Two properties make documentation useful for agent retrieval. First, every document must be tied to an owning entity, so an agent can retrieve the correct runbook using the service identifier as the key rather than doing free-text search across an unstructured wiki. Second, the document needs a freshness signal: a runbook with a last-reviewed date 18 months ago is a liability for any agent that has no mechanism to discount its own confidence based on document age.

TechDocs, built into the Roadie catalog, co-locates documentation with the service entity that owns it. When an engineer navigates to payment-service, the TechDocs tab renders the service's operational documentation pulled from the same repository as the code, with commit history providing the freshness signal. Entity pages also support structured links and labels, so an agent can retrieve the canonical runbook URL alongside the ownership record, the on-call assignee, and the scorecard results in a single entity query.

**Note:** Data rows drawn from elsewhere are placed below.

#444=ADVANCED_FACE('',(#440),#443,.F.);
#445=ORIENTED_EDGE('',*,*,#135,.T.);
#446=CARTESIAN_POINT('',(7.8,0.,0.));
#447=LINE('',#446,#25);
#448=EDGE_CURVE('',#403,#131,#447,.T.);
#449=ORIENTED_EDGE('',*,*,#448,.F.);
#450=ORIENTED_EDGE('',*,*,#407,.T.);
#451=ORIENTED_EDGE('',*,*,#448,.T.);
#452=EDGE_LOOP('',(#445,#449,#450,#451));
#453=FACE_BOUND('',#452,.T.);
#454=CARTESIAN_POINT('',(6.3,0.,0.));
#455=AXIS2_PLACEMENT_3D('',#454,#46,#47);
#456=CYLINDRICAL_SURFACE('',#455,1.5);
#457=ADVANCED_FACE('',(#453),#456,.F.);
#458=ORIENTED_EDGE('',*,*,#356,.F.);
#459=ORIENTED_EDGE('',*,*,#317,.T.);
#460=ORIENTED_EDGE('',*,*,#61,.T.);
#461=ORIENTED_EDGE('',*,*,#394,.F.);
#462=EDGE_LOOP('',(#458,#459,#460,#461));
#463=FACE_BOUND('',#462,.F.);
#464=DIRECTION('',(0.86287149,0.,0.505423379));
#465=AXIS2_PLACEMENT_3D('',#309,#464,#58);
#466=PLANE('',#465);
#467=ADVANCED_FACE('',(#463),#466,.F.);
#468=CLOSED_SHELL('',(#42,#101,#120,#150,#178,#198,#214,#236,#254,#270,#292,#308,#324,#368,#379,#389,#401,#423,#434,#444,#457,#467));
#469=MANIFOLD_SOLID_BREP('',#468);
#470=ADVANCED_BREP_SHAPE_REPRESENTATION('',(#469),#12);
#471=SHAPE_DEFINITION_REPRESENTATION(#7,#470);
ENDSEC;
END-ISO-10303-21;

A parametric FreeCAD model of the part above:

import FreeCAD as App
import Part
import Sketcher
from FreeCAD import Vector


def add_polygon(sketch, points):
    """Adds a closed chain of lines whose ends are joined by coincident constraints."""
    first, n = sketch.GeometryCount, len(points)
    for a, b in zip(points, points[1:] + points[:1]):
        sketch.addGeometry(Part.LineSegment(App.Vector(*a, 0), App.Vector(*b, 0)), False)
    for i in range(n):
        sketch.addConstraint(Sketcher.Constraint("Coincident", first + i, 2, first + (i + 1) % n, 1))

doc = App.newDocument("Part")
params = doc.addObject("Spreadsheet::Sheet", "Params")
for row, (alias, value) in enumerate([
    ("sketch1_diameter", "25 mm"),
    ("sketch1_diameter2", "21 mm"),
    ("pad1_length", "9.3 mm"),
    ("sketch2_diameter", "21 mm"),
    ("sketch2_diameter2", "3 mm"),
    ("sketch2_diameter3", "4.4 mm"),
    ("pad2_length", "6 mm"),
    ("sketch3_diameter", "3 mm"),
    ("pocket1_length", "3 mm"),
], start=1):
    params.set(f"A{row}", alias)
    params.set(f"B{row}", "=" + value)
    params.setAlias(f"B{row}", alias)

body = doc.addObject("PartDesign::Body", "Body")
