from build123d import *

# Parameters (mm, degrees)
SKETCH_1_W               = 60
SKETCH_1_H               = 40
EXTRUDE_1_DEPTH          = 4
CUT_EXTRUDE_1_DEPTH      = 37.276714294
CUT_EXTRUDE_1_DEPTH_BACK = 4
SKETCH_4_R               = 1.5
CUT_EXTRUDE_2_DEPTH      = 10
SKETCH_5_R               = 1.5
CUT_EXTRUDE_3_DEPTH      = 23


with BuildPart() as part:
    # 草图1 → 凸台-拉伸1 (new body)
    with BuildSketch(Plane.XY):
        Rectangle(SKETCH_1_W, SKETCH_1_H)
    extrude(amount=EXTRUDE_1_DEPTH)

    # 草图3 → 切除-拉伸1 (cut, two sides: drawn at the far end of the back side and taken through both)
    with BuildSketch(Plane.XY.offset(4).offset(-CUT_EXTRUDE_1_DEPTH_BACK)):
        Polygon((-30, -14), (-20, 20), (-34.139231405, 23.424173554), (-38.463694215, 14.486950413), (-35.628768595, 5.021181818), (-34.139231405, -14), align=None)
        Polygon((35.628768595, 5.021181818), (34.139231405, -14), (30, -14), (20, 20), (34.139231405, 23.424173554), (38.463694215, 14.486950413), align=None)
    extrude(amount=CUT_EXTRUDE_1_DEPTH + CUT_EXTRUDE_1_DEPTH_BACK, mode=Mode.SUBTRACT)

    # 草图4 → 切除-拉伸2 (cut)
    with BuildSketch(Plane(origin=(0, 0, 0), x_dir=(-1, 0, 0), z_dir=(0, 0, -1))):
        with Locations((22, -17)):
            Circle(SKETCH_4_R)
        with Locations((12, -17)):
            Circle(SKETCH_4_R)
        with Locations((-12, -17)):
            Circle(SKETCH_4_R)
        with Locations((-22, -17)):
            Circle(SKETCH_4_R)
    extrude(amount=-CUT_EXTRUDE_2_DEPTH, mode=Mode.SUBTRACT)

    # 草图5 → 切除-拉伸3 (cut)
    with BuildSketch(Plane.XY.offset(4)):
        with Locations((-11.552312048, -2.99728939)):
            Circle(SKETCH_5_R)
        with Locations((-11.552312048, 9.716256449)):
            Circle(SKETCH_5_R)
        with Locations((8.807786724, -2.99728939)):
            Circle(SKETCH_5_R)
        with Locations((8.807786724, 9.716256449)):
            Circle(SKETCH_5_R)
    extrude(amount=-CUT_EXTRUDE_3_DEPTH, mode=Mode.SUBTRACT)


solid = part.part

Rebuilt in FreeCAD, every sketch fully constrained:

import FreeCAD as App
import Part
import Sketcher

V = App.Vector
Q = App.Units.Quantity


def add_polygon(sketch, points):
    """Adds a closed chain of lines whose ends are joined by coincident constraints."""
    first, n = sketch.GeometryCount, len(points)
    for a, b in zip(points, points[1:] + points[:1]):
        sketch.addGeometry(Part.LineSegment(App.Vector(*a, 0), App.Vector(*b, 0)), False)
    for i in range(n):
        sketch.addConstraint(Sketcher.Constraint("Coincident", first + i, 2, first + (i + 1) % n, 1))

doc = App.newDocument("Part")
body = doc.addObject("PartDesign::Body", "Body")

# Sketch on XY plane
sketch1 = doc.addObject("Sketcher::SketchObject", "Sketch")
body.addObject(sketch1)
sketch1.AttachmentSupport = (doc.XY_Plane, [""])
sketch1.MapMode = "FlatFace"
add_polygon(sketch1, [(-30, 20), (-30, -20), (30, -20), (30, 20)])  # lines 0-3
sketch1.addConstraint([
    Sketcher.Constraint("Vertical", 0),
    Sketcher.Constraint("Horizontal", 1),
    Sketcher.Constraint("Vertical", 2),
    Sketcher.Constraint("Horizontal", 3),
    Sketcher.Constraint("Symmetric", 0, 2, 2, 2, -1, 1),
    Sketcher.Constraint("DistanceX", 1, 1, 1, 2, Q("60 mm")),
    Sketcher.Constraint("DistanceY", 0, 2, 0, 1, Q("40 mm")),
])
pad1 = doc.addObject("PartDesign::Pad", "Pad")
body.addObject(pad1)
pad1.Profile = sketch1
pad1.Length = 4

# Sketch on XY plane
sketch2 = doc.addObject("Sketcher::SketchObject", "Sketch001")
body.addObject(sketch2)
sketch2.AttachmentSupport = (doc.XY_Plane, [""])
sketch2.MapMode = "FlatFace"
sketch2.AttachmentOffset = App.Placement(V(0, 0, 4), App.Rotation())
add_polygon(sketch2, [(-30, -14), (-20, 20), (-34.1, 23.4), (-38.5, 14.5), (-35.6, 5), (-34.1, -14)])  # lines 0-5
add_polygon(sketch2, [(34.1, -14), (35.6, 5), (38.5, 14.5), (34.1, 23.4), (20, 20), (30, -14)])  # lines 6-11
sketch2.addConstraint([
    Sketcher.Constraint("Horizontal", 5),
    Sketcher.Constraint("Horizontal", 11),
    Sketcher.Constraint("Symmetric", 3, 2, 6, 2, -2),
    Sketcher.Constraint("Symmetric", 2, 2, 7, 2, -2),
    Sketcher.Constraint("Symmetric", 1, 2, 8, 2, -2),
    Sketcher.Constraint("Symmetric", 0, 2, 9, 2, -2),
    Sketcher.Constraint("Symmetric", 5, 2, 10, 2, -2),
    Sketcher.Constraint("Vertical", 1, 2, 4, 2),
    Sketcher.Constraint("Vertical", 8, 2, 11, 2),
    Sketcher.Constraint("DistanceX", 0, 2, -1, 1, Q("20 mm")),
    Sketcher.Constraint("DistanceY", -1, 1, 0, 2, Q("20 mm")),
    Sketcher.Constraint("DistanceY", 4, 2, -1, 1, Q("14 mm")),
    Sketcher.Constraint("DistanceX", 5, 2, -1, 1, Q("30 mm")),
    Sketcher.Constraint("DistanceX", 1, 2, 6, 2, Q("69.768 mm")),
    Sketcher.Constraint("DistanceX", 5, 1, 5, 2, Q("4.139231 mm")),
    Sketcher.Constraint("Distance", 1, Q("14.547949 mm")),
    Sketcher.Constraint("Distance", 2, Q("9.928491 mm")),
    Sketcher.Constraint("DistanceY", -1, 1, 2, 2, Q("14.48695 mm")),
    Sketcher.Constraint("DistanceY", -1, 1, 3, 2, Q("5.021182 mm")),
])
pocket1 = doc.addObject("PartDesign::Pocket", "Pocket")
body.addObject(pocket1)
pocket1.Profile = sketch2
pocket1.Type = "ThroughAll"
pocket1.Midplane = True

# Sketch on XY plane
sketch3 = doc.addObject("Sketcher::SketchObject", "Sketch002")
body.addObject(sketch3)
sketch3.AttachmentSupport = (doc.XY_Plane, [""])
sketch3.MapMode = "FlatFace"
sketch3.addGeometry([
    Part.Circle(V(-22, -17, 0), V(0, 0, 1), 1.5),
    Part.Circle(V(-12, -17, 0), V(0, 0, 1), 1.5),
    Part.Circle(V(12, -17, 0), V(0, 0, 1), 1.5),
    Part.Circle(V(22, -17, 0), V(0, 0, 1), 1.5),
], False)
sketch3.addConstraint([
    Sketcher.Constraint("Equal", 0, 1),
    Sketcher.Constraint("Equal", 1, 2),
    Sketcher.Constraint("Equal", 2, 3),
    Sketcher.Constraint("Symmetric", 1, 3, 2, 3, -2),
    Sketcher.Constraint("Symmetric", 0, 3, 3, 3, -2),
    Sketcher.Constraint("Horizontal", 0, 3, 1, 3),
    Sketcher.Constraint("Diameter", 0, Q("3 mm")),
    Sketcher.Constraint("DistanceX", 0, 3, -1, 1, Q("22 mm")),
    Sketcher.Constraint("DistanceY", 0, 3, -1, 1, Q("17 mm")),
    Sketcher.Constraint("DistanceX", 1, 3, -1, 1, Q("12 mm")),
])
pocket2 = doc.addObject("PartDesign::Pocket", "Pocket001")
body.addObject(pocket2)
pocket2.Profile = sketch3
pocket2.Length = 10
pocket2.Reversed = True

# Sketch on XY plane
sketch4 = doc.addObject("Sketcher::SketchObject", "Sketch003")
body.addObject(sketch4)
sketch4.AttachmentSupport = (doc.XY_Plane, [""])
sketch4.MapMode = "FlatFace"
sketch4.AttachmentOffset = App.Placement(V(0, 0, 4), App.Rotation())
sketch4.addGeometry([
    Part.Circle(V(-11.6, -3, 0), V(0, 0, 1), 1.5),
    Part.Circle(V(-11.6, 9.7, 0), V(0, 0, 1), 1.5),
    Part.Circle(V(8.8, -3, 0), V(0, 0, 1), 1.5),
    Part.Circle(V(8.8, 9.7, 0), V(0, 0, 1), 1.5),
], False)
sketch4.addConstraint([
    Sketcher.Constraint("Equal", 0, 1),
    Sketcher.Constraint("Equal", 1, 2),
    Sketcher.Constraint("Equal", 2, 3),
    Sketcher.Constraint("Horizontal", 0, 3, 2, 3),
    Sketcher.Constraint("Horizontal", 1, 3, 3, 3),
    Sketcher.Constraint("Vertical", 0, 3, 1, 3),
    Sketcher.Constraint("Vertical", 2, 3, 3, 3),
    Sketcher.Constraint("Diameter", 0, Q("3 mm")),
    Sketcher.Constraint("DistanceX", 0, 3, 2, 3, Q("20.360099 mm")),
    Sketcher.Constraint("DistanceY", 0, 3, -1, 1, Q("2.997289 mm")),
    Sketcher.Constraint("DistanceX", 0, 3, -1, 1, Q("11.552312 mm")),
    Sketcher.Constraint("DistanceY", -1, 1, 1, 3, Q("9.716256 mm")),
])
pocket3 = doc.addObject("PartDesign::Pocket", "Pocket002")
body.addObject(pocket3)
pocket3.Profile = sketch4
pocket3.Length = 23

doc.recompute()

For this to work at scale, your documentation must live adjacent to the entity it describes, with ownership enforced at the entity level. An agent that responds with "I found the runbook at this URL, it's owned by payments-eng, and the last commit to that file was six days ago" is producing a citable, auditable response. An agent that retrieves a Confluence page via keyword search can't attach any of that provenance to its recommendation.

Your Context Layer Audit

Your organization already has all five context types. What's often missing is a structured layer that makes the data queryable by service identifier rather than scattered across disconnected tools. Before adding another AI agent to your stack, run this audit to find out where the holes are.

  1. Query the Software Catalog for the service. Confirm that spec.owner, spec.dependsOn, spec.lifecycle, and your SLA-tier labels are all populated and accurate.
  2. If ownership data is missing or incomplete, add or update the catalog-info.yaml with the owning team, dependency annotations, and lifecycle status, then commit it to the repository Roadie ingests from.
  3. If incident history is absent, add the pagerduty.com/integration-key annotation to catalog-info.yaml and add the EntityPagerDutyCard to the entity's Overview page via the gear icon. Verify the card renders active incident data before moving on.
  4. If standards compliance is untracked, create one Tech Insights data source and one check in the Scorecards interface. A minimal starting check: "Does this entity have a pagerduty.com/integration-key annotation defined?" Apply it to all production-tier components and treat the pass/fail results as your baseline.

Roadie's engineering context platform connects all five context types in a single queryable layer, using the service identifier as the common key across ownership, deployment state, incident history, compliance results, and documentation. The engineering context your organization has already captured, structured and queryable from one place, is what turns a capable model into an agent your engineers actually trust.